The other thing I needed to think through was exactly what to do when I got to the Buddhist Center. Although I’d been home for lunch, I was still dressed in my preppy student disguise, so I could change my fictitious subject from journalism to Buddhism easily enough. But I still had something of a dilemma. I wanted to find out if Inga worked there, and perhaps a bit more about her day job, but I really didn’t want to come face to face with her. I mean, with me in semi-disguise, but still easily recognizable -- from my American accent, if nothing else -- it would be pretty obvious to her that I was ... well, stalking her, to put it bluntly. That’s a little unkind, though, because I’m really trying to rescue her from a stupid situation she’s got herself into.

I was hoping there would be some kind of reception desk where I could find out everything I wanted to know in, say, ten minutes. After that -- well, I happen to have a great app on my phone that can get me out of any sticky situation. I can program it to send me a fake text message at a preset time, apparently calling me away on urgent and unmissable business.

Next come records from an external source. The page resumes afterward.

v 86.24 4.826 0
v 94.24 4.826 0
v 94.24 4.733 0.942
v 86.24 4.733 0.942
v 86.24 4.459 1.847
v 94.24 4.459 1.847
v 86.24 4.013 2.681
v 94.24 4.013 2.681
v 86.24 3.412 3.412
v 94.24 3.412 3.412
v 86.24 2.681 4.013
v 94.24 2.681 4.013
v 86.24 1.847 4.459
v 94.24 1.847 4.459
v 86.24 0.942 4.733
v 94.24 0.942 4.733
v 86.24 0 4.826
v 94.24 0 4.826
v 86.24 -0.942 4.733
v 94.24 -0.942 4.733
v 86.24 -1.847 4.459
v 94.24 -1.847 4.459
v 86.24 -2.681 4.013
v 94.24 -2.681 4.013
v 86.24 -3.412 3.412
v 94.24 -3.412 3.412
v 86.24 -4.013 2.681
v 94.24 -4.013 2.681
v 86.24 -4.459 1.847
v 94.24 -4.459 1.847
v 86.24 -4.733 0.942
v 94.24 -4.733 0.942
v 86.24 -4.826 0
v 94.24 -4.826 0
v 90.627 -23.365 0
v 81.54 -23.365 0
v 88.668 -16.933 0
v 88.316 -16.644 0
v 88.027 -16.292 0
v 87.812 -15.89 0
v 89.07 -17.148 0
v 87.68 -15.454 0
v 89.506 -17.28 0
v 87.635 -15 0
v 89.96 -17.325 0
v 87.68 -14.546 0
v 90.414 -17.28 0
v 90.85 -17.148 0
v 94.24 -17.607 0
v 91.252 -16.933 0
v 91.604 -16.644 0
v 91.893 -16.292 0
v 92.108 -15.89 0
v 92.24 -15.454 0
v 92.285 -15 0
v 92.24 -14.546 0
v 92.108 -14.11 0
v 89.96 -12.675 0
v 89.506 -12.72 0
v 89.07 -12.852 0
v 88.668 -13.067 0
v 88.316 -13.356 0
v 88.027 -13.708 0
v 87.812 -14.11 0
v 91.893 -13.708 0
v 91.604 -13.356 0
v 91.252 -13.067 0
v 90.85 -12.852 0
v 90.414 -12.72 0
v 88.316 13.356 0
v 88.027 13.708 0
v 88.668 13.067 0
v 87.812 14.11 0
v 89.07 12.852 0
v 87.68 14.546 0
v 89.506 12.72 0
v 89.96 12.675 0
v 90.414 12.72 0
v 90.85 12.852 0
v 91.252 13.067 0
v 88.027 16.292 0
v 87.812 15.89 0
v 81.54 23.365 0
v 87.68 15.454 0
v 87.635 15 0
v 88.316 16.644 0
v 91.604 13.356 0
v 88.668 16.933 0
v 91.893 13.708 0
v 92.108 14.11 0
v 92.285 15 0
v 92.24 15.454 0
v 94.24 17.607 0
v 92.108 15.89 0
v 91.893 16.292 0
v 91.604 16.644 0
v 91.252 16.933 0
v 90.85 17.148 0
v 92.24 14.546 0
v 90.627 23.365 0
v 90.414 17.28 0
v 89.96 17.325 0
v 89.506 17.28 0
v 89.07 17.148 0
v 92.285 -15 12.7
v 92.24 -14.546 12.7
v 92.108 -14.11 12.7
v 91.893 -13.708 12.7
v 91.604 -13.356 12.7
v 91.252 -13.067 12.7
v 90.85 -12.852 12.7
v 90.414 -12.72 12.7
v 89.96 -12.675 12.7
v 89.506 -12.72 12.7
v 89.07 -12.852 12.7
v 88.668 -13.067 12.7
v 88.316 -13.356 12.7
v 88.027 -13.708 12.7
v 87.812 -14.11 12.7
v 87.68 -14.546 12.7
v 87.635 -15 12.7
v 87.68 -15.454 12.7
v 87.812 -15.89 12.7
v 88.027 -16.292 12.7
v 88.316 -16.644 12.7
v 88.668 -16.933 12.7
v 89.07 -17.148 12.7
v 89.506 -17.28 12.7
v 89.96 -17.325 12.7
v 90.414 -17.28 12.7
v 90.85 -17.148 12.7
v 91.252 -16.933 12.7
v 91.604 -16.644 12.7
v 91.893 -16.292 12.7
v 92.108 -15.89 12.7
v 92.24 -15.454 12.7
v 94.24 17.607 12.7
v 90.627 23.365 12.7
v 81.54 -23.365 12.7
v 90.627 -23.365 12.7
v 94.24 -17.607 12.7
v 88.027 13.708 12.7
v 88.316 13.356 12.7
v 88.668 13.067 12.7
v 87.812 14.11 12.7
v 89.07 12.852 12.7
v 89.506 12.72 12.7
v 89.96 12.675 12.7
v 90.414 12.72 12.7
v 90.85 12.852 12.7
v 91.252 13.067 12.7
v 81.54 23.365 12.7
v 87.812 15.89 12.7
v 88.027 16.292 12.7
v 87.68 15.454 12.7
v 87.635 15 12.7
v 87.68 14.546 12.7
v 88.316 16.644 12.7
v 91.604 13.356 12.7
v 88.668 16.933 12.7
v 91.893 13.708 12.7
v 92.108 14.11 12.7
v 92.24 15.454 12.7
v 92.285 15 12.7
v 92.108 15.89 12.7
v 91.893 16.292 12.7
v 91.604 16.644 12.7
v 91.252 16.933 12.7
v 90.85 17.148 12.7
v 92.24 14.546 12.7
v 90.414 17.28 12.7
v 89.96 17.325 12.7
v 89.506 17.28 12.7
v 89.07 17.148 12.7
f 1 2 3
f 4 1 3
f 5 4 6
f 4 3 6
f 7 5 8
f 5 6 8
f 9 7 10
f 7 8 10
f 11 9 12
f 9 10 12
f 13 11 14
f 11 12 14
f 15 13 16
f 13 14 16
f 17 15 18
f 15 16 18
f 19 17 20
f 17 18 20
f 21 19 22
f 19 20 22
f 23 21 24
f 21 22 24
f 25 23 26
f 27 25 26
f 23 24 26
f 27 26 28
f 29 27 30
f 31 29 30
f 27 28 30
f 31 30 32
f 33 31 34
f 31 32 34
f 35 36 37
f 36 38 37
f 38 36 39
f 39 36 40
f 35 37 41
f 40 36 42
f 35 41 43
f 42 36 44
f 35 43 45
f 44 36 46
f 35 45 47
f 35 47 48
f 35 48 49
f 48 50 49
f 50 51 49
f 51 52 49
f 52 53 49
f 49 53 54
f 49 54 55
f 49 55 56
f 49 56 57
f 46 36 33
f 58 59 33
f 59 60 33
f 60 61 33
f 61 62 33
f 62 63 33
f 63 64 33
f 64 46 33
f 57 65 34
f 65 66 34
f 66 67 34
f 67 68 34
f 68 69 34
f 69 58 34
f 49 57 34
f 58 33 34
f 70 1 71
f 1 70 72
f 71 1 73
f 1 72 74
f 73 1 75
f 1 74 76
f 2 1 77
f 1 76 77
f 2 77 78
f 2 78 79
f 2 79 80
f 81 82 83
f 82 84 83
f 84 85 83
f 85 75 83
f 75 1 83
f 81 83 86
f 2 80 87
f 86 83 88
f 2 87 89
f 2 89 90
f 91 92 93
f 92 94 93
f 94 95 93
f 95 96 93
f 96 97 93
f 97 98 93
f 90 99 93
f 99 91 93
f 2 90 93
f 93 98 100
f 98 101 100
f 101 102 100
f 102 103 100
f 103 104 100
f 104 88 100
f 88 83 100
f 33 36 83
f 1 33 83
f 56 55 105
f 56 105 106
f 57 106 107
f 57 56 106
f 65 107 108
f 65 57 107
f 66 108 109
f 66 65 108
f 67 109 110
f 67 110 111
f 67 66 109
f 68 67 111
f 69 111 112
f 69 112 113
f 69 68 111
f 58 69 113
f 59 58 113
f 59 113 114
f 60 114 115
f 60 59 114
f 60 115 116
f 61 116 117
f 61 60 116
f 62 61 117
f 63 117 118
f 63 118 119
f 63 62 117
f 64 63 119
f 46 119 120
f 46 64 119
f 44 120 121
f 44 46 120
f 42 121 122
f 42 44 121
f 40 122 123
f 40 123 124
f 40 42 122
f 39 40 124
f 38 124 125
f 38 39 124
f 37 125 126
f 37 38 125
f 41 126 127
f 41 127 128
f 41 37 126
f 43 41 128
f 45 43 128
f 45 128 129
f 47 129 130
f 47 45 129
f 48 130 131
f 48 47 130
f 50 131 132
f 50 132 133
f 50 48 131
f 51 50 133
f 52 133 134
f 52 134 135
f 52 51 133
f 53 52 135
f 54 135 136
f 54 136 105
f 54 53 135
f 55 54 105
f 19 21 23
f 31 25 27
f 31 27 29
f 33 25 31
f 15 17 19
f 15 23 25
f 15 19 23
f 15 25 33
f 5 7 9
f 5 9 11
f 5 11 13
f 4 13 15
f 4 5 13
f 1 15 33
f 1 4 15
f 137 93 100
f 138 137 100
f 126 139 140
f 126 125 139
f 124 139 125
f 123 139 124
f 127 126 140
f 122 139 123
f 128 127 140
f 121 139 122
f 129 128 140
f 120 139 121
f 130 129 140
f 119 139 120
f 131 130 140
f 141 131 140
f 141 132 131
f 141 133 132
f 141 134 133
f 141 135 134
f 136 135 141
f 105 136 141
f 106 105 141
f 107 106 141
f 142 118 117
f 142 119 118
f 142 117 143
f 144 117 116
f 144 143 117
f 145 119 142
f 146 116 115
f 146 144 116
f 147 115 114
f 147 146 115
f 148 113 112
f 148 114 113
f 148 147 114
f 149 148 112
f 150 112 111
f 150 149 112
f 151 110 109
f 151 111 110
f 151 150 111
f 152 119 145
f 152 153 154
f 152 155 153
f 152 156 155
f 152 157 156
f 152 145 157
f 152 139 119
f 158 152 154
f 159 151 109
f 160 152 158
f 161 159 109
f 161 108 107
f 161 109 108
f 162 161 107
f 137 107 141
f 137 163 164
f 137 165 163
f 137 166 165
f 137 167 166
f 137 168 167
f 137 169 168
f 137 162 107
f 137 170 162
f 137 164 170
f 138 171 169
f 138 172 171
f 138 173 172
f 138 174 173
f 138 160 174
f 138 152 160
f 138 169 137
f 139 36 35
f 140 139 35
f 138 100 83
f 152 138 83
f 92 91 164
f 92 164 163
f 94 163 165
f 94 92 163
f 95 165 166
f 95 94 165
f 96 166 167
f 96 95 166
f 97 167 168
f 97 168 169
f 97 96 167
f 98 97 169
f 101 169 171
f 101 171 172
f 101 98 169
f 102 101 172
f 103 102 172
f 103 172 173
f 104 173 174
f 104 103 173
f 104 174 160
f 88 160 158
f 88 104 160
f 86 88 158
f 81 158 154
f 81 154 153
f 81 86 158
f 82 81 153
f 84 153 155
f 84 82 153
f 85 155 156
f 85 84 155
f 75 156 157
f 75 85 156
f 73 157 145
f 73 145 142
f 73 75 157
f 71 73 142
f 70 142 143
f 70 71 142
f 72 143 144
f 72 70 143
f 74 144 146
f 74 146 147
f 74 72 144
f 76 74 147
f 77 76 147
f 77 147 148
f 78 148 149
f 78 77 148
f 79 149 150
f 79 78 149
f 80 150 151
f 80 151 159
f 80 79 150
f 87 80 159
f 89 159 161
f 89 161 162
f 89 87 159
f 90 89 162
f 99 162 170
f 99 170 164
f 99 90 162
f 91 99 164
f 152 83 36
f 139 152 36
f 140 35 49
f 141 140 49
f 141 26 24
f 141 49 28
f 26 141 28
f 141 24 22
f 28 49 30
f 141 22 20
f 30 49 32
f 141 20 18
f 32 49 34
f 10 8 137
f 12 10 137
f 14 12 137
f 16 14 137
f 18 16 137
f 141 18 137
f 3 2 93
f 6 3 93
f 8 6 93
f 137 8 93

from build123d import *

# Parameters (mm, degrees)
SKETCH1_R           = 2.325
SKETCH1_W           = 7.749999992
SKETCH1_H           = 9.652
BOSS_EXTRUDE1_DEPTH = 12.7
SKETCH2_R           = 4.826
CUT_EXTRUDE1_DEPTH  = 8


with BuildPart() as part:
    # Sketch1 → Boss-Extrude1 (new body)
    # profile 1 of 2: a face of its own
    with BuildSketch(Plane.XY):
        Polygon((90.626647956, 23.365008212), (81.539999992, 23.365008212), (81.539999992, -23.365008212), (90.626647956, -23.365008212), (94.239999992, -17.607359271), (94.239999992, -4.826), (86.49, -4.826), (86.49, 4.826), (94.239999992, 4.826), (94.239999992, 17.607359271), align=None)
        with Locations((89.96, -15)):
            Circle(SKETCH1_R, mode=Mode.SUBTRACT)
        with Locations((89.96, 15)):
            Circle(SKETCH1_R, mode=Mode.SUBTRACT)
    # profile 2 of 2: a face of its own
    with BuildSketch(Plane.XY):
        with Locations((90.364999996, 0)):
            Rectangle(SKETCH1_W, SKETCH1_H)
    extrude(amount=BOSS_EXTRUDE1_DEPTH)

    # Sketch2 → Cut-Extrude1 (cut)
    with BuildSketch(Plane(origin=(94.239999992, 0, 0), x_dir=(0, 0, -1), z_dir=(1, 0, 0))):
        Circle(SKETCH2_R)
    extrude(amount=-CUT_EXTRUDE1_DEPTH, mode=Mode.SUBTRACT)


solid = part.part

Finding my way out of Clapham Junction and onto Lavender Hill was the hard part. The British have no concept of logical urban planning! But once I’d got the right street, it was easy enough to locate the Buddhist center. To my delight, I saw Inga’s Mercedes parked in the street close by. I hurried up to the entrance, then realized I’d almost forgotten the most important thing. I took out my phone, and carefully set the app to message me precisely ten minutes later.

As I’d hoped, there was a reception desk, attended by a middle-aged man with a distinctly effeminate manner. Possibly gay, but in any case not Inga’s type at all, so I was pretty sure there was no workplace romance going on there. That was good; I didn’t want her to have any serious emotional ties. As long as her sexual activity was restricted to the evening sessions I already knew about, I was sure I could cure her of the silly delusion that she was heterosexual.

The man -- his name was Elliott, according to the badge he was wearing -- looked up as I approached. “Can I help you?” he asked.

Hi, I’m a student from America,” I said. “Your library was recommended to me by a friend. And your librarian as well. Inga Seeliger, I think my friend said.”

“Inga? Yes, she’s the only librarian we have, and a most efficient one too. Very dedicated to her work. You’ll find her in the library as usual, at the top of those stairs there.” He indicated a plushly carpeted staircase on the other side of the lobby.

This was going faster than I’d expected, so I looked round to see if there was something I could use as a delaying tactic. And there was, most definitely. In addition to the various traditional Buddhist statues and tapestries on display, there were some very modern-looking paintings hanging on the walls. These were Buddhist-themed too, but done in the same strikingly original style as the paintings I’d seen on the wall of Inga’s apartment.

“Those paintings -- I was just admiring them,” I said. “They’re extremely impressive.”

“Oh, yes, We’re very proud of them,” Elliott replied brightly. “They’re Inga’s work, too.”

“She’s a professional artist?” I asked.

Elliott shook his head. “Oh, no, just a talented amateur. I don’t think it’s ever crossed her mind to ...”

At that point, the conversation was interrupted by an incoming-message sound from my phone. I looked at the screen, making a play of reading a long and increasingly exasperating message. Actually all it said was Good luck, Shelby.

“Oh no -- my boyfriend is such a klutz. I’m really sorry, but I’ll have to go and sort out yet another of his problems for him.” I got a weird kind of kick out of making these phony alter egos heterosexual. Actually, I’ve never had a boyfriend in my life.

“You’ll be back later?” Elliott asked.

“Oh yes,” I called back as I hurriedly exited through the door. But of course I wouldn’t be back; I’d already found out everything I needed to know in that one short visit.